Identifying the Surface Charges and their Impact on Carrier Dynamics in Quantum-Dot Light-Emitting Diodes by Impedance Spectroscopy

The carrier injection and charge transfer at interfaces in quantum dot light-emitting diodes (QLEDs) are commonly evaluated based on the energy levels of different functional layers. However, the actual charge dynamics in the experiments are found to be very different from the common expectations. In this work, QLEDs using 2,2′′,2′′′-(1,3,5-Benzinetriyl)-tris(1-phenyl-1-H-benzimidazole) (TPBi) or zinc oxide (ZnO) nanoparticles as electron transport layer (ETL) are studied by impedance spectroscopy.

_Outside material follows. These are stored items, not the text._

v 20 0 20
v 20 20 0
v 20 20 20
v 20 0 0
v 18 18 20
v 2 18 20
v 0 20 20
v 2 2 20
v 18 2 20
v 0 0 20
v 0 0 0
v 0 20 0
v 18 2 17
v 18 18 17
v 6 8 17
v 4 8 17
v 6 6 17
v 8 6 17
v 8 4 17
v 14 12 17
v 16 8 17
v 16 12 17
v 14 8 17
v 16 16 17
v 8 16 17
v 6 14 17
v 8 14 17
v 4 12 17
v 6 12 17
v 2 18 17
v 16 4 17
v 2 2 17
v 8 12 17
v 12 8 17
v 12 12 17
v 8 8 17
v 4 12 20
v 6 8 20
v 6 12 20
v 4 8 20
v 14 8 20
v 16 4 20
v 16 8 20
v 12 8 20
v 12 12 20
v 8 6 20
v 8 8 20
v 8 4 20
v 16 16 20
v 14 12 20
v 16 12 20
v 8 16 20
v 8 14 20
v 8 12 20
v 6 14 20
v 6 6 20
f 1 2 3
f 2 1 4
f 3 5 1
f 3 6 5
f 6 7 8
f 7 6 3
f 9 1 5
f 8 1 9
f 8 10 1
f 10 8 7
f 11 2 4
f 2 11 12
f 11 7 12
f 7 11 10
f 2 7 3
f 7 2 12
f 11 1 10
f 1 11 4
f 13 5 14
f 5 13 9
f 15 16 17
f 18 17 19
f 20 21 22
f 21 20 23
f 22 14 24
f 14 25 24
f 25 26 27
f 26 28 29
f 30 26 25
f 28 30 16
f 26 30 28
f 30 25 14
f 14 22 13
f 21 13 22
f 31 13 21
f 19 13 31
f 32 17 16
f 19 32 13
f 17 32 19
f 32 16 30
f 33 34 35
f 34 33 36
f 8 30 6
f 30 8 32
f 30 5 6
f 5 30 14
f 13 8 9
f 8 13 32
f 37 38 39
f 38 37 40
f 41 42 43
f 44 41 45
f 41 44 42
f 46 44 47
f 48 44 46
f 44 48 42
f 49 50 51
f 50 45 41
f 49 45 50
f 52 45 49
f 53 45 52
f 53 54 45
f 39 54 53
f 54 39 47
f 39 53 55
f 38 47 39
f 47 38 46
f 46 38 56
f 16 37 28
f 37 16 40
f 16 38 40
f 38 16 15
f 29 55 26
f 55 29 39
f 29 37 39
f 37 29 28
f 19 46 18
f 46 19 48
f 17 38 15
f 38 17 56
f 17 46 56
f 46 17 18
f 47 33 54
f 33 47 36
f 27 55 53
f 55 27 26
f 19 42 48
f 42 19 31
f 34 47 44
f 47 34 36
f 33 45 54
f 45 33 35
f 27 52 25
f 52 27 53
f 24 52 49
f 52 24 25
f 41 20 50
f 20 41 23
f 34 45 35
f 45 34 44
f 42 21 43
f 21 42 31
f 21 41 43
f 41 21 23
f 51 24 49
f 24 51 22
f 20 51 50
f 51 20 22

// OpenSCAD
/*
Parametric Alphabet Block 
Tony Buser <tbuser@gmail.com>
http://tonybuser.com
http://creativecommons.org/licenses/by/3.0/
*/

use <bitmap.scad>

// change to any letter
letter = "A";

union() {
	difference() {
		cube(size = 20);
		translate(v = [2, 2, 17]) {
			cube(size = [16, 16, 5]);
		}
	}

	translate(v = [10, 10, 15]) {
		8bit_char(letter, 2, 5);
	}
}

It was the first time to observe that the hole injection and electron injection start at different applied bias. In QLEDs with TPBi ETL, at an applied bias as low as 0.5 V, large amounts of holes have injected into the hole transport layer, while electron injection only occurs after the applied bias increased up to about 3.0 V. This is caused by the intrinsic accumulated negative charges in the quantum dot (QD) layer. The adverse impacts of the negative accumulated charges in QD layer are mitigated by replacing TPBi with ZnO. Hole injection and electron injection start at the same applied bias, or 1.7 V if ZnO replaces TPBi. Charge transfer and neutralization processes between QD and ZnO layers are adopted to explain the above results.